| What is being asked |
Retype, word for word, every line from the one holding "f 259 241 240" through the one holding "-11.394606781), (3.75, -10.6875))" in the entries below, both included, and only those lines.

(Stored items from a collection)
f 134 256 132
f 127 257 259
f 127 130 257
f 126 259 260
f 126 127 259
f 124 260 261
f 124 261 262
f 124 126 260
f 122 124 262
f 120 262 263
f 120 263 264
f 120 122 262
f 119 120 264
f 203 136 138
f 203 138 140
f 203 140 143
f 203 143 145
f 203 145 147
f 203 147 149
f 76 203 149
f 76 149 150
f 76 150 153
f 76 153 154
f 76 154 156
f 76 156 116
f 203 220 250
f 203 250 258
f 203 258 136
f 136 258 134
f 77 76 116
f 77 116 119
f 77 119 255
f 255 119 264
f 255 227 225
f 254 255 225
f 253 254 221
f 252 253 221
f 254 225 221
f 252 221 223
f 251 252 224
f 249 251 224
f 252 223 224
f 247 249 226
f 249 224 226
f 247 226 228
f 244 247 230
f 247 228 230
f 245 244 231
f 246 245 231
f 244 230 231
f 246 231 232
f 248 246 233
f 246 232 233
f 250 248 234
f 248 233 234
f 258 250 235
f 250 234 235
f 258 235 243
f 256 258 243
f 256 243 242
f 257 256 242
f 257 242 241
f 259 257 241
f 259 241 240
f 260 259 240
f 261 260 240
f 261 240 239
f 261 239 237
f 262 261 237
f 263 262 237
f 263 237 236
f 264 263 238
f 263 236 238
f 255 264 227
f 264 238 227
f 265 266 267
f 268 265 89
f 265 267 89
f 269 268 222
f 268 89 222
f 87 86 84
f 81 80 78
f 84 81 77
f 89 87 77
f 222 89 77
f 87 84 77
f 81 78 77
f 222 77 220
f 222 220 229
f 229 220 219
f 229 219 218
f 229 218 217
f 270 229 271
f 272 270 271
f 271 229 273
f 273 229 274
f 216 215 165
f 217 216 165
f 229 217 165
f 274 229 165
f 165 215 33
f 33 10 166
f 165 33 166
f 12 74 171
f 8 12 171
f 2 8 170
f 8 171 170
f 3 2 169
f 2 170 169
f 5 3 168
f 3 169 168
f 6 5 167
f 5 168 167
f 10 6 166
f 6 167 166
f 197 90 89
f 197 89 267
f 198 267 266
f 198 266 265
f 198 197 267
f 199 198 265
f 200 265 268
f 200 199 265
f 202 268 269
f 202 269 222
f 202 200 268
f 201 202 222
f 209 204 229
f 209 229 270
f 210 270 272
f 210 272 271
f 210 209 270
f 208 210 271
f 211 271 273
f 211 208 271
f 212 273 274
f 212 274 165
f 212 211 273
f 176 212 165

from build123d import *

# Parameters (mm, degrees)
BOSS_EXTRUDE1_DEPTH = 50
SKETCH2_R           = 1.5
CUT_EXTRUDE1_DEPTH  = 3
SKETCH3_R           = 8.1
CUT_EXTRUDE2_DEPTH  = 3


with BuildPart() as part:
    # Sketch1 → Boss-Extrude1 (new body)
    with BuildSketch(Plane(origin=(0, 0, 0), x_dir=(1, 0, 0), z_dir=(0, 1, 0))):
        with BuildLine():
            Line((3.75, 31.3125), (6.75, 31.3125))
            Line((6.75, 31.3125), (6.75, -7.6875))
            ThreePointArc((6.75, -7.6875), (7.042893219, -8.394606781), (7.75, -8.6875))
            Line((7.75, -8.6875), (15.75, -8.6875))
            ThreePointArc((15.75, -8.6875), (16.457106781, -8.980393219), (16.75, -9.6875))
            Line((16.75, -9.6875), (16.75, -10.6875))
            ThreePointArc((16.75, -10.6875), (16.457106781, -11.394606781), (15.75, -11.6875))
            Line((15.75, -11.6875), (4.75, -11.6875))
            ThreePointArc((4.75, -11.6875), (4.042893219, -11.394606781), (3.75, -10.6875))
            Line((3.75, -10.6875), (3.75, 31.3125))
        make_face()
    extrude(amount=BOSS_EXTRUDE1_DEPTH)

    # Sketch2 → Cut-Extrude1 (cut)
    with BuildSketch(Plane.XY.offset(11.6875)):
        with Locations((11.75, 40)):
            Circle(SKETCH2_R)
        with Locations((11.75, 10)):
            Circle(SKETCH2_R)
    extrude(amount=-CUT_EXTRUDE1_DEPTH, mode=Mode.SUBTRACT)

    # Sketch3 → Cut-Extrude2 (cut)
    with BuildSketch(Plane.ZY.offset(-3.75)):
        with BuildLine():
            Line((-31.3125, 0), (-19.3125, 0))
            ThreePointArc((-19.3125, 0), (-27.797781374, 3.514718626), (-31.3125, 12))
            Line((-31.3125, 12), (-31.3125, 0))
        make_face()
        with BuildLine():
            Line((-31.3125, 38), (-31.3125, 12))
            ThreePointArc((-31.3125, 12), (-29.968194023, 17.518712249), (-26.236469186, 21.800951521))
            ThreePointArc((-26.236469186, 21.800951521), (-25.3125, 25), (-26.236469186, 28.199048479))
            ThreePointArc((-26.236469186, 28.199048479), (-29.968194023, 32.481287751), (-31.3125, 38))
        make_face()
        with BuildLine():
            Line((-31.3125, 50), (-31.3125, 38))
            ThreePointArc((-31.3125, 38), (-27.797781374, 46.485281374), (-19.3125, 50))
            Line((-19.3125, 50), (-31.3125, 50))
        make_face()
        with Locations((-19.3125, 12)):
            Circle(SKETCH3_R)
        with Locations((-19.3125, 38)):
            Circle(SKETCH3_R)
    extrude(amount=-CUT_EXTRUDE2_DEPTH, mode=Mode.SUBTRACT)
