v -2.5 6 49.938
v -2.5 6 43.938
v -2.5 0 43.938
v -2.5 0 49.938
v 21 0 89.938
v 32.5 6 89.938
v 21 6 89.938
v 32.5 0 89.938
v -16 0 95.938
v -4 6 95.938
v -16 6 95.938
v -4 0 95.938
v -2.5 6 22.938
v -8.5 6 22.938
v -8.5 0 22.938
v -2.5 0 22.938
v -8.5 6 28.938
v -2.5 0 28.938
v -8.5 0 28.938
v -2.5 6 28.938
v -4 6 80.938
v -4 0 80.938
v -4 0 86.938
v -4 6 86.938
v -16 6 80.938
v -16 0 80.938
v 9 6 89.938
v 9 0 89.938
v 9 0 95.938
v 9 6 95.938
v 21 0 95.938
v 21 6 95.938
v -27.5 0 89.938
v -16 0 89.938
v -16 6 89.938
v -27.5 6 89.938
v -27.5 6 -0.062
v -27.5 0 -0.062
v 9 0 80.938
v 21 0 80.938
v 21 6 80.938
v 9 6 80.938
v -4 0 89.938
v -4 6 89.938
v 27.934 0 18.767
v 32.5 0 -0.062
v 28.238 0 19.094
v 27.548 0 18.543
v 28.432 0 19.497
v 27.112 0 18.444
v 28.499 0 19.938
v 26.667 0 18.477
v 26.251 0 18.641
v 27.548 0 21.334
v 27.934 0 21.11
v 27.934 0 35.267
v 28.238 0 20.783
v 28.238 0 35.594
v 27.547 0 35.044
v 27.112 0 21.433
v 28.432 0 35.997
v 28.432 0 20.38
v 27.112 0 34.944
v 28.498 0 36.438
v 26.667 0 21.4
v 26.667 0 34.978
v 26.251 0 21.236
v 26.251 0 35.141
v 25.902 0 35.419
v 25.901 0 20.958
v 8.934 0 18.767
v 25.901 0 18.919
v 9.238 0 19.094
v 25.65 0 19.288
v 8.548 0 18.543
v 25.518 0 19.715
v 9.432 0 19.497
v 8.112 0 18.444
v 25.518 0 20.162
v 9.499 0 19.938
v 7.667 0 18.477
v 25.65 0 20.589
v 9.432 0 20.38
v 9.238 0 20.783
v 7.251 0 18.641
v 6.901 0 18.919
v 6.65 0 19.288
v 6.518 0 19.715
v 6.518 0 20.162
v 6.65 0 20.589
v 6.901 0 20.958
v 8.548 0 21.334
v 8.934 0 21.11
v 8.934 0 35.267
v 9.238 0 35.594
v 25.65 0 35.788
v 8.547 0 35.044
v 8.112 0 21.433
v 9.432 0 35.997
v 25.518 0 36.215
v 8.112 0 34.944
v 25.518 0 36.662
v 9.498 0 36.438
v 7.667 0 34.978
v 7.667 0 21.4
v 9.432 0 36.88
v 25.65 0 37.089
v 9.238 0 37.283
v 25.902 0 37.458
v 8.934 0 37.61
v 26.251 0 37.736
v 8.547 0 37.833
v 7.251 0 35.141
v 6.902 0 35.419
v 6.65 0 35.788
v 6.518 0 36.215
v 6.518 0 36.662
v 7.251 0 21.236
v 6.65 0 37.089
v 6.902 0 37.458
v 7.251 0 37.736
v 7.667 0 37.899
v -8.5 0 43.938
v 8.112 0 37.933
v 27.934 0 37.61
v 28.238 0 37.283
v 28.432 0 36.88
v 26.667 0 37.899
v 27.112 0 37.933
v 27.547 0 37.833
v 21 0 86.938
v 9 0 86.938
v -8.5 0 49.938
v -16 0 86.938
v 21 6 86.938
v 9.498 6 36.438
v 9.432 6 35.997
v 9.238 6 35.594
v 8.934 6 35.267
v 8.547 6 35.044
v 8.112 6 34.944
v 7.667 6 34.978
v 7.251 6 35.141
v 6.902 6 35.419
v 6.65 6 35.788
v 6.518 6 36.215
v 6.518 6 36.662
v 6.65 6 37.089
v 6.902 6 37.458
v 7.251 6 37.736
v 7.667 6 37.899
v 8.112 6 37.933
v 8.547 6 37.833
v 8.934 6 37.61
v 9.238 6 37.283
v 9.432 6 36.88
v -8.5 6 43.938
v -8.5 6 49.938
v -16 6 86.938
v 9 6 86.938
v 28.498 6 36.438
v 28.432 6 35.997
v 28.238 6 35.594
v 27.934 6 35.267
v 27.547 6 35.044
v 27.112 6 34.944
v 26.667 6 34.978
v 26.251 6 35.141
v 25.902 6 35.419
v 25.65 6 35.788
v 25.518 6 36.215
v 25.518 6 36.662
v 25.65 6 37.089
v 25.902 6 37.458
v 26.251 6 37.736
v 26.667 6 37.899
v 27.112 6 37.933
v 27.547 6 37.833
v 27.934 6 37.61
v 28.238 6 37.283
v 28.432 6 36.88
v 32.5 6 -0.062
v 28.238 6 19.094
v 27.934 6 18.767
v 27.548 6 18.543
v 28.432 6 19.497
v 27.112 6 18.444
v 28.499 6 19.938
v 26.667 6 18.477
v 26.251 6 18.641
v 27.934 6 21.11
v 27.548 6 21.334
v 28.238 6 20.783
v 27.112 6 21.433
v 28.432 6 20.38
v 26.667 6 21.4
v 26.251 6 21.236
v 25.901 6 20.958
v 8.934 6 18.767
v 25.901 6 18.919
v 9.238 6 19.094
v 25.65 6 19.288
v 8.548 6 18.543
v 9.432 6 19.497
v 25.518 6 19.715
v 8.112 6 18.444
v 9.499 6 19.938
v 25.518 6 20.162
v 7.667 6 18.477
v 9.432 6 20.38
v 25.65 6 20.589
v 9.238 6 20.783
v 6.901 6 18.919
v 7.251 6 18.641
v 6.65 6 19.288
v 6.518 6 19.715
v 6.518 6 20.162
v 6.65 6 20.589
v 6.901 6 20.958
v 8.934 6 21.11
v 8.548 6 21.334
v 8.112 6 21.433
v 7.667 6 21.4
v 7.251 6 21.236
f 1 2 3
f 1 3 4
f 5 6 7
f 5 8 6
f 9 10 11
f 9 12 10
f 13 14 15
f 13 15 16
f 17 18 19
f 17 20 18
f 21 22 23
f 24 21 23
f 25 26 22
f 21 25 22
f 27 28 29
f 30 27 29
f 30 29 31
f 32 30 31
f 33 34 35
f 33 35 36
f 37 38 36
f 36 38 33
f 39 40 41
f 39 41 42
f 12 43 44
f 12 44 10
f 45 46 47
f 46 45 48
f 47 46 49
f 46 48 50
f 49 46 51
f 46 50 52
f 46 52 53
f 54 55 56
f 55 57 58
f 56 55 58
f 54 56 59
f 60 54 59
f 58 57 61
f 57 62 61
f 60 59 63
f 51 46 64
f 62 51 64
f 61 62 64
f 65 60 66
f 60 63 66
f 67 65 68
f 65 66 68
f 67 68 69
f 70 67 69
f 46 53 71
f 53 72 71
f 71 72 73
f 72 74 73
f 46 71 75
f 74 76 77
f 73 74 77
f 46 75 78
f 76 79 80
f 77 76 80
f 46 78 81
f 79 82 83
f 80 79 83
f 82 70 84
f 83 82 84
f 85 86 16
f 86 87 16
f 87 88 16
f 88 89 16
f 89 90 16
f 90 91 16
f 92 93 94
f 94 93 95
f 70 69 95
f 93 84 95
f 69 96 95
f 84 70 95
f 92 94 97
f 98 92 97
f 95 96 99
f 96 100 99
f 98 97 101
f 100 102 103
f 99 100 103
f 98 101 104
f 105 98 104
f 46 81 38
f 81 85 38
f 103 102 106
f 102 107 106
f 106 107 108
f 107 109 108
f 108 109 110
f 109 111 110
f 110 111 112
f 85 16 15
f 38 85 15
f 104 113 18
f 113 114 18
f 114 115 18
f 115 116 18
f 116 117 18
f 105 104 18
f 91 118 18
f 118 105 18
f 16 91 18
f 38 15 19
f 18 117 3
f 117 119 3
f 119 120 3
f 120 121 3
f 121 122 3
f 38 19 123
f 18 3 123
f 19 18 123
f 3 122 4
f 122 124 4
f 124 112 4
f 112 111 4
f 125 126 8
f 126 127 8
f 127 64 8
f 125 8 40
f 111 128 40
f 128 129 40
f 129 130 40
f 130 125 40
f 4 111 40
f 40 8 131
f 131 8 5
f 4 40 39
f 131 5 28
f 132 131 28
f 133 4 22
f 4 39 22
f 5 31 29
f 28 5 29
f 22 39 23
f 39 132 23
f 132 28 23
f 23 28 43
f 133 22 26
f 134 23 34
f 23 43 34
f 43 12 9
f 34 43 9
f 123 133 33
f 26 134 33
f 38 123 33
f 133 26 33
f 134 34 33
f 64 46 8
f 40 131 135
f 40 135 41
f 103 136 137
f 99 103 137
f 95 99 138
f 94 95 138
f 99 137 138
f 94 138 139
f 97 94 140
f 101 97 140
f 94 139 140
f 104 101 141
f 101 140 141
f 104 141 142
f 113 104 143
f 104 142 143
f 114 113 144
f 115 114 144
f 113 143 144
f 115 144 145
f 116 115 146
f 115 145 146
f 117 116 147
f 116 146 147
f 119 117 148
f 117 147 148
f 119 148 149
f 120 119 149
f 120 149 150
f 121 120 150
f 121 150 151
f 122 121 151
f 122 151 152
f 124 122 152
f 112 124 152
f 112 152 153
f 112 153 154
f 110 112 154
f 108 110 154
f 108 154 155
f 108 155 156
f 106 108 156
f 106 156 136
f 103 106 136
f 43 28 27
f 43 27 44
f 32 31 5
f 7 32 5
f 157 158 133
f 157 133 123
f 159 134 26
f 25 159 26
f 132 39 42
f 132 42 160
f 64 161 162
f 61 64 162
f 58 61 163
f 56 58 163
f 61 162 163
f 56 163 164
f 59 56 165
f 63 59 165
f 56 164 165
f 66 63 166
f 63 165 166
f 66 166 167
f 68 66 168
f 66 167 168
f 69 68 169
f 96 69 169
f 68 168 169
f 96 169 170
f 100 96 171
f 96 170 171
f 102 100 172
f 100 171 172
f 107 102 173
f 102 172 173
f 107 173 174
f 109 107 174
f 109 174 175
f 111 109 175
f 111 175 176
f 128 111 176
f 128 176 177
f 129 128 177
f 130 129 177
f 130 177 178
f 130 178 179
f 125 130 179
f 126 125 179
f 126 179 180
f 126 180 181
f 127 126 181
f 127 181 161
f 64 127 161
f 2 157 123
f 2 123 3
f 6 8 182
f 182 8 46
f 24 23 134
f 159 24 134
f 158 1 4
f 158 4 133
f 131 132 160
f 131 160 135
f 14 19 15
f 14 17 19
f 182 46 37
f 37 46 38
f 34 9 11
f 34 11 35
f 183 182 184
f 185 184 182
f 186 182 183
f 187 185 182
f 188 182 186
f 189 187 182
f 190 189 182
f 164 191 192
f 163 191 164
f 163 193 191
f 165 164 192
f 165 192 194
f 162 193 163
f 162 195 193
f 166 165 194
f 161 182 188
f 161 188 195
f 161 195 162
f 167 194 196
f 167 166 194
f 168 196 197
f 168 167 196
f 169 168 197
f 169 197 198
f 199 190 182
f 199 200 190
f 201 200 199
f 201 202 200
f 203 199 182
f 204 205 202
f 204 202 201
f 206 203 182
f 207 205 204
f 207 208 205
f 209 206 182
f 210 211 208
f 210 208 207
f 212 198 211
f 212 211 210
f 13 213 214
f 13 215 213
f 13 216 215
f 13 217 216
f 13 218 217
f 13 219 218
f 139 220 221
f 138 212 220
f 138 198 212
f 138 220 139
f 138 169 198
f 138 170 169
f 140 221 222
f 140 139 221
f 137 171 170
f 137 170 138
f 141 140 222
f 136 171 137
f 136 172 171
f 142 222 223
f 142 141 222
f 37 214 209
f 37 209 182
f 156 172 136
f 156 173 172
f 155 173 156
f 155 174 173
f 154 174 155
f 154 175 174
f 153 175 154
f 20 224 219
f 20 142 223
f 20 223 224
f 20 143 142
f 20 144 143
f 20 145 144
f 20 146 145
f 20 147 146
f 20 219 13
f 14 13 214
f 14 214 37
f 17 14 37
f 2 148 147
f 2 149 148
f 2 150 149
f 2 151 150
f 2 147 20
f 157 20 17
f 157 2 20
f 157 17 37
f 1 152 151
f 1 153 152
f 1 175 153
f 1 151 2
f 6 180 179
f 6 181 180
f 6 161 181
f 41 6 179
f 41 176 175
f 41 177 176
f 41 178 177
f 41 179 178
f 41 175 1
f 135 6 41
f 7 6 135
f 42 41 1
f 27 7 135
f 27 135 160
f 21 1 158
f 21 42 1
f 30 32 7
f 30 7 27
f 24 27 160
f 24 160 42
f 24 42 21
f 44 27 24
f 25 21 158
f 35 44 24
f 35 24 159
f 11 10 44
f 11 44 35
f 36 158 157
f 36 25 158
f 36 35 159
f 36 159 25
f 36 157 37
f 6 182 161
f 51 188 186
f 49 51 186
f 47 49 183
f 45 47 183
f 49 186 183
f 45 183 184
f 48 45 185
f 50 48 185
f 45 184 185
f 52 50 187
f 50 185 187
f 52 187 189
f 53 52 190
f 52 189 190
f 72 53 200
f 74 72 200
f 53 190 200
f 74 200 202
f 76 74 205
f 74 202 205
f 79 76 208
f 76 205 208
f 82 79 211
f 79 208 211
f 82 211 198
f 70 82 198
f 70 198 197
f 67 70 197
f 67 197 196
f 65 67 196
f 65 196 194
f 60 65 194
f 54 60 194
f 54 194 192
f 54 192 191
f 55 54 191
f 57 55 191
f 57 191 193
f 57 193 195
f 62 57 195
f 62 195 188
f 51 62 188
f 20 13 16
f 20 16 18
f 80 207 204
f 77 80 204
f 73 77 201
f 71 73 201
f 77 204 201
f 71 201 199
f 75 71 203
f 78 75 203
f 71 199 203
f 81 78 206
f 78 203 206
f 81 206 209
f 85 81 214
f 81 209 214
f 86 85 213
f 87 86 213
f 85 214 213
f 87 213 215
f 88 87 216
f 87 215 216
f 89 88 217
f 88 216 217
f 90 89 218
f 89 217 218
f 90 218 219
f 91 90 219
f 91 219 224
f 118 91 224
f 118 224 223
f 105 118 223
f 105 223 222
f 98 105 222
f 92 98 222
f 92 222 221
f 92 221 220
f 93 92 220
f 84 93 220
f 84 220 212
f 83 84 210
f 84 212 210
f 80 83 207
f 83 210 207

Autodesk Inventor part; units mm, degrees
ref_plane "YZ Plane" through (0, 0, 0) normal (1, 0, 0) x (0, 1, 0)
ref_plane "XZ Plane" through (0, 0, 0) normal (0, 1, 0) x (-1, 0, 0)
ref_plane "XY Plane" through (0, 0, 0) normal (0, 0, 1) x (1, 0, 0)
sketch "Sketch1" plane through (0, 0, 0) normal (0, 1, 0) x (-1, 0, 0)
  line L0 (27.5, -0.0615) -> (27.5, 89.9385)
  line L1 (-32.5, 89.9385) -> (-32.5, -0.0615)
  line L2 (-32.5, -0.0615) -> (-2.5, -0.0615)
  line L3 (-2.5, -0.0615) -> (-2.5, 89.9385) construction
  line L4 (-32.5, 44.9385) -> (-2.5, 44.9385) construction
  line L5 (-32.5, 89.9385) -> (27.5, 89.9385)
  line L6 (-21, 89.9385) -> (-9, 89.9385)
  line L7 (-9, 89.9385) -> (-9, 95.9385)
  line L8 (-9, 95.9385) -> (-21, 95.9385)
  line L9 (-21, 95.9385) -> (-21, 89.9385)
  line L10 (16, 89.9385) -> (4, 89.9385)
  line L11 (4, 89.9385) -> (4, 95.9385)
  line L12 (4, 95.9385) -> (16, 95.9385)
  line L13 (16, 95.9385) -> (16, 89.9385)
  line L14 (-2.5, 44.9385) -> (27.5, 44.9385) construction
  line L15 (-2.5, -0.0615) -> (27.5, -0.0615)
  line L16 (-9, 86.9385) -> (-21, 86.9385)
  line L17 (-21, 86.9385) -> (-21, 80.9385)
  line L18 (-21, 80.9385) -> (-9, 80.9385)
  line L19 (-9, 80.9385) -> (-9, 86.9385)
  line L20 (-9, 86.9385) -> (-21, 80.9385) construction
  line L21 (-21, 86.9385) -> (-9, 80.9385) construction
  line L22 (4, 86.9385) -> (16, 86.9385)
  line L23 (16, 86.9385) -> (16, 80.9385)
  line L24 (16, 80.9385) -> (4, 80.9385)
  line L25 (4, 80.9385) -> (4, 86.9385)
  line L26 (4, 86.9385) -> (16, 80.9385) construction
  line L27 (16, 86.9385) -> (4, 80.9385) construction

| Solved exercise |
f 259 241 240
f 260 259 240
f 261 260 240
f 261 240 239
f 261 239 237
f 262 261 237
f 263 262 237
f 263 237 236
f 264 263 238
f 263 236 238
f 255 264 227
f 264 238 227
f 265 266 267
f 268 265 89
f 265 267 89
f 269 268 222
f 268 89 222
f 87 86 84
f 81 80 78
f 84 81 77
f 89 87 77
f 222 89 77
f 87 84 77
f 81 78 77
f 222 77 220
f 222 220 229
f 229 220 219
f 229 219 218
f 229 218 217
f 270 229 271
f 272 270 271
f 271 229 273
f 273 229 274
f 216 215 165
f 217 216 165
f 229 217 165
f 274 229 165
f 165 215 33
f 33 10 166
f 165 33 166
f 12 74 171
f 8 12 171
f 2 8 170
f 8 171 170
f 3 2 169
f 2 170 169
f 5 3 168
f 3 169 168
f 6 5 167
f 5 168 167
f 10 6 166
f 6 167 166
f 197 90 89
f 197 89 267
f 198 267 266
f 198 266 265
f 198 197 267
f 199 198 265
f 200 265 268
f 200 199 265
f 202 268 269
f 202 269 222
f 202 200 268
f 201 202 222
f 209 204 229
f 209 229 270
f 210 270 272
f 210 272 271
f 210 209 270
f 208 210 271
f 211 271 273
f 211 208 271
f 212 273 274
f 212 274 165
f 212 211 273
f 176 212 165

from build123d import *

# Parameters (mm, degrees)
BOSS_EXTRUDE1_DEPTH = 50
SKETCH2_R           = 1.5
CUT_EXTRUDE1_DEPTH  = 3
SKETCH3_R           = 8.1
CUT_EXTRUDE2_DEPTH  = 3


with BuildPart() as part:
    # Sketch1 → Boss-Extrude1 (new body)
    with BuildSketch(Plane(origin=(0, 0, 0), x_dir=(1, 0, 0), z_dir=(0, 1, 0))):
        with BuildLine():
            Line((3.75, 31.3125), (6.75, 31.3125))
            Line((6.75, 31.3125), (6.75, -7.6875))
            ThreePointArc((6.75, -7.6875), (7.042893219, -8.394606781), (7.75, -8.6875))
            Line((7.75, -8.6875), (15.75, -8.6875))
            ThreePointArc((15.75, -8.6875), (16.457106781, -8.980393219), (16.75, -9.6875))
            Line((16.75, -9.6875), (16.75, -10.6875))
            ThreePointArc((16.75, -10.6875), (16.457106781, -11.394606781), (15.75, -11.6875))
            Line((15.75, -11.6875), (4.75, -11.6875))
            ThreePointArc((4.75, -11.6875), (4.042893219, -11.394606781), (3.75, -10.6875))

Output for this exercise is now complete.